Instructions to follow: Look through the listing below and write out exactly the lines from the line with "#35=CARTESIAN_POINT('',(-4.25,0.,12.5));" to the line with "#77=ORIENTED_EDGE('',*,*,#76,.F.);", both included, and no others.

Given data:

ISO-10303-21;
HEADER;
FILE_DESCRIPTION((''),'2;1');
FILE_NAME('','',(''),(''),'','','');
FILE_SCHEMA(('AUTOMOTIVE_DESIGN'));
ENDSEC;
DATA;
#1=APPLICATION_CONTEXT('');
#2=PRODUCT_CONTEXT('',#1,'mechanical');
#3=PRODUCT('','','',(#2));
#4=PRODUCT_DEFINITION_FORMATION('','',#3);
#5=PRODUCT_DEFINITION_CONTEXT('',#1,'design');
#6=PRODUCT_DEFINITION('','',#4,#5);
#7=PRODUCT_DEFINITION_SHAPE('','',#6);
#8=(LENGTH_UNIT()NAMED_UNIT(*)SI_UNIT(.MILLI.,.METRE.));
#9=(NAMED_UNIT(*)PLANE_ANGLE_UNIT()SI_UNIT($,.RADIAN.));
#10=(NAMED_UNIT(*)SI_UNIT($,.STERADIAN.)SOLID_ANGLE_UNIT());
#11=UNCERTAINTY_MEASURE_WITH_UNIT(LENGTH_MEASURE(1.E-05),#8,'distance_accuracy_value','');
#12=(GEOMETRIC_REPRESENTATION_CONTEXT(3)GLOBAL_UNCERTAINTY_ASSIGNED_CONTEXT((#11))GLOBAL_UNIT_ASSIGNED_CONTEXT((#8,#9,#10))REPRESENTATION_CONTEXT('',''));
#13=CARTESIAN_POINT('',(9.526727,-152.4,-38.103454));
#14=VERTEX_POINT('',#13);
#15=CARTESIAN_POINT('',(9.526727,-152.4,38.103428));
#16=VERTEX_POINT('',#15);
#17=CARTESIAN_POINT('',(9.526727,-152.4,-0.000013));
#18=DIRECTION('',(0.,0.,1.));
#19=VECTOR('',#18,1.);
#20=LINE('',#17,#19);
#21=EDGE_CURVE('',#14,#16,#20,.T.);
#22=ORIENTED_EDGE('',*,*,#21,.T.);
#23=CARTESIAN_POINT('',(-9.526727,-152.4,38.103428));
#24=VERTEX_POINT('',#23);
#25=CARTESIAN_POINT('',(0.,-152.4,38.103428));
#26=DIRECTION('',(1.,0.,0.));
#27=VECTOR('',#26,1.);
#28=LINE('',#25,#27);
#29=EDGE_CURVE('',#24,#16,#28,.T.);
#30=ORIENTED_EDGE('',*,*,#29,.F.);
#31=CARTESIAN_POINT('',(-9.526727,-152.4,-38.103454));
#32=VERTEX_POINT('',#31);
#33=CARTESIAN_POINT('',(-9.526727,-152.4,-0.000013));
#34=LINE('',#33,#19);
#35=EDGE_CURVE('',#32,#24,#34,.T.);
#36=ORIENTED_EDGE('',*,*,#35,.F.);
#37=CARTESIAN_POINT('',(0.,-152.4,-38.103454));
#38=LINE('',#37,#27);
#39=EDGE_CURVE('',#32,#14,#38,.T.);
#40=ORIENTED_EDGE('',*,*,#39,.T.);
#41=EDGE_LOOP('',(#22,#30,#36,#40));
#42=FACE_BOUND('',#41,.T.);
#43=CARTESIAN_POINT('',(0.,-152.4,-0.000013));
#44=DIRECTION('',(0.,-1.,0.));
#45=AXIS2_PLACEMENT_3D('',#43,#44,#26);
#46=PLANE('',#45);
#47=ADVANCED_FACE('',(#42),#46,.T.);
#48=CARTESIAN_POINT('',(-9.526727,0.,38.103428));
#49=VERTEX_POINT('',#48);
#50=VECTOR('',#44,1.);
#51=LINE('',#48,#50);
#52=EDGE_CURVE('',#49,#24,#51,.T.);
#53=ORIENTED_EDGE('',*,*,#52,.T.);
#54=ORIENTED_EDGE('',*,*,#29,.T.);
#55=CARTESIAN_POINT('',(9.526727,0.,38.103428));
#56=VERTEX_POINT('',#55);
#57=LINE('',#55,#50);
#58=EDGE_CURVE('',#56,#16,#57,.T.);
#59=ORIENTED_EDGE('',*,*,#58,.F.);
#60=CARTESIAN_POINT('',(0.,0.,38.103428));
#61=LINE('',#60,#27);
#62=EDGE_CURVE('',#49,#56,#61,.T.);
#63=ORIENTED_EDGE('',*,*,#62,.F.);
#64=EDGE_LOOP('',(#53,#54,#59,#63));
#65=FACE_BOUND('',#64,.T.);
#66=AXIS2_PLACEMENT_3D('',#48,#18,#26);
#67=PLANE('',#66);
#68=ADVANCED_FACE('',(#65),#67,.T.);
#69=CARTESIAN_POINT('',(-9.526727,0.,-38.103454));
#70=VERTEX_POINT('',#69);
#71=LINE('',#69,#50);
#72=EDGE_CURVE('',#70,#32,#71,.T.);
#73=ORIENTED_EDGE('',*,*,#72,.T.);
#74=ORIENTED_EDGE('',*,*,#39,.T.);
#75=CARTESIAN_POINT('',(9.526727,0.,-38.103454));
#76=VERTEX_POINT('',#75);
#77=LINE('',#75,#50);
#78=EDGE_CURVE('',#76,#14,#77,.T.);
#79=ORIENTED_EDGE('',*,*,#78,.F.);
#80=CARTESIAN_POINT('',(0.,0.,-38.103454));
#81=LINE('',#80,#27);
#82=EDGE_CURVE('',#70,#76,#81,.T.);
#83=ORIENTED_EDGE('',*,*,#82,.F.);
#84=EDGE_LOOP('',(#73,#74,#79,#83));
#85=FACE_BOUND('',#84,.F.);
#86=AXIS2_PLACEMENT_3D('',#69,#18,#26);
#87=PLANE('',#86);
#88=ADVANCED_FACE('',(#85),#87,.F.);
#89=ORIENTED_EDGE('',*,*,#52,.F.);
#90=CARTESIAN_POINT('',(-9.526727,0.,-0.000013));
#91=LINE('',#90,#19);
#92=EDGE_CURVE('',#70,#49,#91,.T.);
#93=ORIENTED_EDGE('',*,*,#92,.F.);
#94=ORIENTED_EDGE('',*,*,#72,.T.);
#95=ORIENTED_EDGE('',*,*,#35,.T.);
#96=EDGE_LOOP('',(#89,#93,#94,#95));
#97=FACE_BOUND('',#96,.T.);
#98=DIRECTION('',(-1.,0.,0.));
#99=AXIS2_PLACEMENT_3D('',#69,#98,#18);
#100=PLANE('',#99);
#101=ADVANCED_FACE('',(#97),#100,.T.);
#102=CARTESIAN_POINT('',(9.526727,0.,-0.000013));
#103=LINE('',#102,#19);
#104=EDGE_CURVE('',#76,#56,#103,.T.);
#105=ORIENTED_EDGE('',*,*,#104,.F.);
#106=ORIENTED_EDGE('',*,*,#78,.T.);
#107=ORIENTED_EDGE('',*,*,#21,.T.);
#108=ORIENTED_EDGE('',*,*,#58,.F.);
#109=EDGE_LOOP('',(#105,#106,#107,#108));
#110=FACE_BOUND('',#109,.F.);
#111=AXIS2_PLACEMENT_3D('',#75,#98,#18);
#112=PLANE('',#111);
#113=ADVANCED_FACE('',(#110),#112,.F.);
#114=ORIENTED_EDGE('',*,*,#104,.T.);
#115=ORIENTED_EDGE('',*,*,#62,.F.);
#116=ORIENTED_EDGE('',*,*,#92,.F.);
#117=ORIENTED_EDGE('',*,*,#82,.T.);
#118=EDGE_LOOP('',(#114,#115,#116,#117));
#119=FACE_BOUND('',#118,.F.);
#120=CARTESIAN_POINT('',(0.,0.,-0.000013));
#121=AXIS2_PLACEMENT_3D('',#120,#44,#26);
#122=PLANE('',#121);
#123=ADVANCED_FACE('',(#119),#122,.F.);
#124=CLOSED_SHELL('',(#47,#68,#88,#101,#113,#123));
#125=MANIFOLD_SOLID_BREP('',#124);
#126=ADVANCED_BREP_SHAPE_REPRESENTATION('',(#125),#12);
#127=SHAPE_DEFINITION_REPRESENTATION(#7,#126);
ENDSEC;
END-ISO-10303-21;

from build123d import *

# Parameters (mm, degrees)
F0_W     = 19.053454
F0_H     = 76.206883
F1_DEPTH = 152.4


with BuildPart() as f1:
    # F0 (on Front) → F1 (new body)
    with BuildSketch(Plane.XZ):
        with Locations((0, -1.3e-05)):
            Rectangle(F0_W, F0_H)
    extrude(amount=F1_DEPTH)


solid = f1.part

--

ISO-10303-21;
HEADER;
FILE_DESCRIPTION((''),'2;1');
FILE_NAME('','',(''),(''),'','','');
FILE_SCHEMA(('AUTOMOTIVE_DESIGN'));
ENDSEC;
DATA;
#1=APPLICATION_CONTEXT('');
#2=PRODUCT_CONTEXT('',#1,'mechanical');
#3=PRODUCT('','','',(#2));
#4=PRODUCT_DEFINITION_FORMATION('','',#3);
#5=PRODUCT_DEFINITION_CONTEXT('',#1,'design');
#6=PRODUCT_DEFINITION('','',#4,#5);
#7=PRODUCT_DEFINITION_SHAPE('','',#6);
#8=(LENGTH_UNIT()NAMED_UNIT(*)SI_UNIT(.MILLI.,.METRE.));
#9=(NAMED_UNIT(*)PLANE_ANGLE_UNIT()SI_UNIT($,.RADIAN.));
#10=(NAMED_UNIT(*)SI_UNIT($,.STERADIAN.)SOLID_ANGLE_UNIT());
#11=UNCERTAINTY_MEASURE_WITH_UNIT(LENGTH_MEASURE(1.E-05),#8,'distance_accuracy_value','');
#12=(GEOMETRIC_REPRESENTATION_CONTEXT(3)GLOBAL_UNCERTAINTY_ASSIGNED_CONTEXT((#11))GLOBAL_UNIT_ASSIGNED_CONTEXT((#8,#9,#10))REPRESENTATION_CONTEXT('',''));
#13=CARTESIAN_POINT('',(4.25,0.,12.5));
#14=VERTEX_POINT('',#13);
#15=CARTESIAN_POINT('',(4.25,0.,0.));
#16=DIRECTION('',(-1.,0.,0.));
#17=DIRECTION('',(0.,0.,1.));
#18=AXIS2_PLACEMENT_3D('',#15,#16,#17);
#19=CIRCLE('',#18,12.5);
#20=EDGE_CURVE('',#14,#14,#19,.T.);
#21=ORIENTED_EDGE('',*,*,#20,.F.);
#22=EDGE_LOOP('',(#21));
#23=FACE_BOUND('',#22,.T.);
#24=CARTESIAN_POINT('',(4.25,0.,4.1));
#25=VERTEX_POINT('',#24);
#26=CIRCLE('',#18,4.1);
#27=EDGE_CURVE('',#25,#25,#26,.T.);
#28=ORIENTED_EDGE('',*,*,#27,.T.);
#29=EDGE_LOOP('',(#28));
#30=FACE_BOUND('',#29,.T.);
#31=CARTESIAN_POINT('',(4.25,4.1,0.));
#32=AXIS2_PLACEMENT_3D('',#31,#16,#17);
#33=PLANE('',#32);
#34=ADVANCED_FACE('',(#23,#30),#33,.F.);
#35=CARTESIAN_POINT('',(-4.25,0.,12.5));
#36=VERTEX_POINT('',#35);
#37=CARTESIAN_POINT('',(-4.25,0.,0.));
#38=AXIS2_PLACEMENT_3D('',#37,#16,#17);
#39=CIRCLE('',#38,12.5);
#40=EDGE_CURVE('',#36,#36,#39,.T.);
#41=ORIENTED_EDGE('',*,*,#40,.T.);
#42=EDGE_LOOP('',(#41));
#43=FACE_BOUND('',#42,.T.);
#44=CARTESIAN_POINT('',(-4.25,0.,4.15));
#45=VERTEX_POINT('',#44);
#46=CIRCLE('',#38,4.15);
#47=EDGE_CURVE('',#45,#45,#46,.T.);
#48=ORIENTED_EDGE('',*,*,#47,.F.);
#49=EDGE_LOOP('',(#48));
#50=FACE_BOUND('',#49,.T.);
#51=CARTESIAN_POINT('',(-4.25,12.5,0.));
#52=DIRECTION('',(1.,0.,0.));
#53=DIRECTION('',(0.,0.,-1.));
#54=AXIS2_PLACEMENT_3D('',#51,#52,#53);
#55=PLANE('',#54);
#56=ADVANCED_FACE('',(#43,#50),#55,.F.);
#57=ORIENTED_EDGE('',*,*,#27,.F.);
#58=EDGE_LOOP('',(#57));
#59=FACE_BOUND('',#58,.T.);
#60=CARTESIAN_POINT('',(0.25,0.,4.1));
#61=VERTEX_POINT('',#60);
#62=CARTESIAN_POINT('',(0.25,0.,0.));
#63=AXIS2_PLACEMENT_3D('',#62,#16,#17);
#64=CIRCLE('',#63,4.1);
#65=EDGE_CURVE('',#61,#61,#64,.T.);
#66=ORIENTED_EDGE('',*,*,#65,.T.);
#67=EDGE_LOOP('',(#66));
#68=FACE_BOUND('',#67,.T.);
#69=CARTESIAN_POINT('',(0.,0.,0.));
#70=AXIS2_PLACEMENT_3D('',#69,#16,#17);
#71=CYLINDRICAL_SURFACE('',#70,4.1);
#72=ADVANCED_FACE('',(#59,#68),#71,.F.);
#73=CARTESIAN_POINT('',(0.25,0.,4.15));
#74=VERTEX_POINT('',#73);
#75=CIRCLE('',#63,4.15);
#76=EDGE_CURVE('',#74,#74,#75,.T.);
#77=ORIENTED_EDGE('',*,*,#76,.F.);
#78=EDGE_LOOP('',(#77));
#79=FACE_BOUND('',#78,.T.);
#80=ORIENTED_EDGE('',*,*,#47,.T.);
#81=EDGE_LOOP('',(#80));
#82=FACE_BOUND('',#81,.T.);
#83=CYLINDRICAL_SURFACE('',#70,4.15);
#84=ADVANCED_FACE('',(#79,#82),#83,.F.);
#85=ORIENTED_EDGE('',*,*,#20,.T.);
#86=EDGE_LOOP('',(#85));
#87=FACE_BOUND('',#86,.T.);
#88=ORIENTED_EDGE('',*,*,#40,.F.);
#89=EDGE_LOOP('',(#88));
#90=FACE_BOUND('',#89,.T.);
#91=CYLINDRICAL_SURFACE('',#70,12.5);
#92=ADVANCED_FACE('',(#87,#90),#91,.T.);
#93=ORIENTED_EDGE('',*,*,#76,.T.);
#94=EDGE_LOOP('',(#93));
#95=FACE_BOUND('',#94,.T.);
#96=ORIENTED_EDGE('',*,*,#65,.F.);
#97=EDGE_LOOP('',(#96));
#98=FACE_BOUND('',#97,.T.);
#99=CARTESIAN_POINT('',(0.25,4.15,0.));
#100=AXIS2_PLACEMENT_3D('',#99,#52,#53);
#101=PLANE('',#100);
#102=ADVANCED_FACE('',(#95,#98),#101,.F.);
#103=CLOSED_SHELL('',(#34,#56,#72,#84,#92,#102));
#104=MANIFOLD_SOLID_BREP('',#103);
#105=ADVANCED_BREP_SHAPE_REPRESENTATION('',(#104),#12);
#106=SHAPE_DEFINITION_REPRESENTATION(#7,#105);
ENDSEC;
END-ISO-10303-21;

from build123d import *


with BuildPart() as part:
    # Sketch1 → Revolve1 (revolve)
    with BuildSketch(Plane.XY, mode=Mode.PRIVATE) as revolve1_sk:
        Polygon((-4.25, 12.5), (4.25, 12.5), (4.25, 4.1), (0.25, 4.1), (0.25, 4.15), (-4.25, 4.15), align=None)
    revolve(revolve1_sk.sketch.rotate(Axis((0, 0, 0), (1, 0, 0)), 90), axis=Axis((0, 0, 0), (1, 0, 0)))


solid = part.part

Exercise solution:
#35=CARTESIAN_POINT('',(-4.25,0.,12.5));
#36=VERTEX_POINT('',#35);
#37=CARTESIAN_POINT('',(-4.25,0.,0.));
#38=AXIS2_PLACEMENT_3D('',#37,#16,#17);
#39=CIRCLE('',#38,12.5);
#40=EDGE_CURVE('',#36,#36,#39,.T.);
#41=ORIENTED_EDGE('',*,*,#40,.T.);
#42=EDGE_LOOP('',(#41));
#43=FACE_BOUND('',#42,.T.);
#44=CARTESIAN_POINT('',(-4.25,0.,4.15));
#45=VERTEX_POINT('',#44);
#46=CIRCLE('',#38,4.15);
#47=EDGE_CURVE('',#45,#45,#46,.T.);
#48=ORIENTED_EDGE('',*,*,#47,.F.);
#49=EDGE_LOOP('',(#48));
#50=FACE_BOUND('',#49,.T.);
#51=CARTESIAN_POINT('',(-4.25,12.5,0.));
#52=DIRECTION('',(1.,0.,0.));
#53=DIRECTION('',(0.,0.,-1.));
#54=AXIS2_PLACEMENT_3D('',#51,#52,#53);
#55=PLANE('',#54);
#56=ADVANCED_FACE('',(#43,#50),#55,.F.);
#57=ORIENTED_EDGE('',*,*,#27,.F.);
#58=EDGE_LOOP('',(#57));
#59=FACE_BOUND('',#58,.T.);
#60=CARTESIAN_POINT('',(0.25,0.,4.1));
#61=VERTEX_POINT('',#60);
#62=CARTESIAN_POINT('',(0.25,0.,0.));
#63=AXIS2_PLACEMENT_3D('',#62,#16,#17);
#64=CIRCLE('',#63,4.1);
#65=EDGE_CURVE('',#61,#61,#64,.T.);
#66=ORIENTED_EDGE('',*,*,#65,.T.);
#67=EDGE_LOOP('',(#66));
#68=FACE_BOUND('',#67,.T.);
#69=CARTESIAN_POINT('',(0.,0.,0.));
#70=AXIS2_PLACEMENT_3D('',#69,#16,#17);
#71=CYLINDRICAL_SURFACE('',#70,4.1);
#72=ADVANCED_FACE('',(#59,#68),#71,.F.);
#73=CARTESIAN_POINT('',(0.25,0.,4.15));
#74=VERTEX_POINT('',#73);
#75=CIRCLE('',#63,4.15);
#76=EDGE_CURVE('',#74,#74,#75,.T.);
#77=ORIENTED_EDGE('',*,*,#76,.F.);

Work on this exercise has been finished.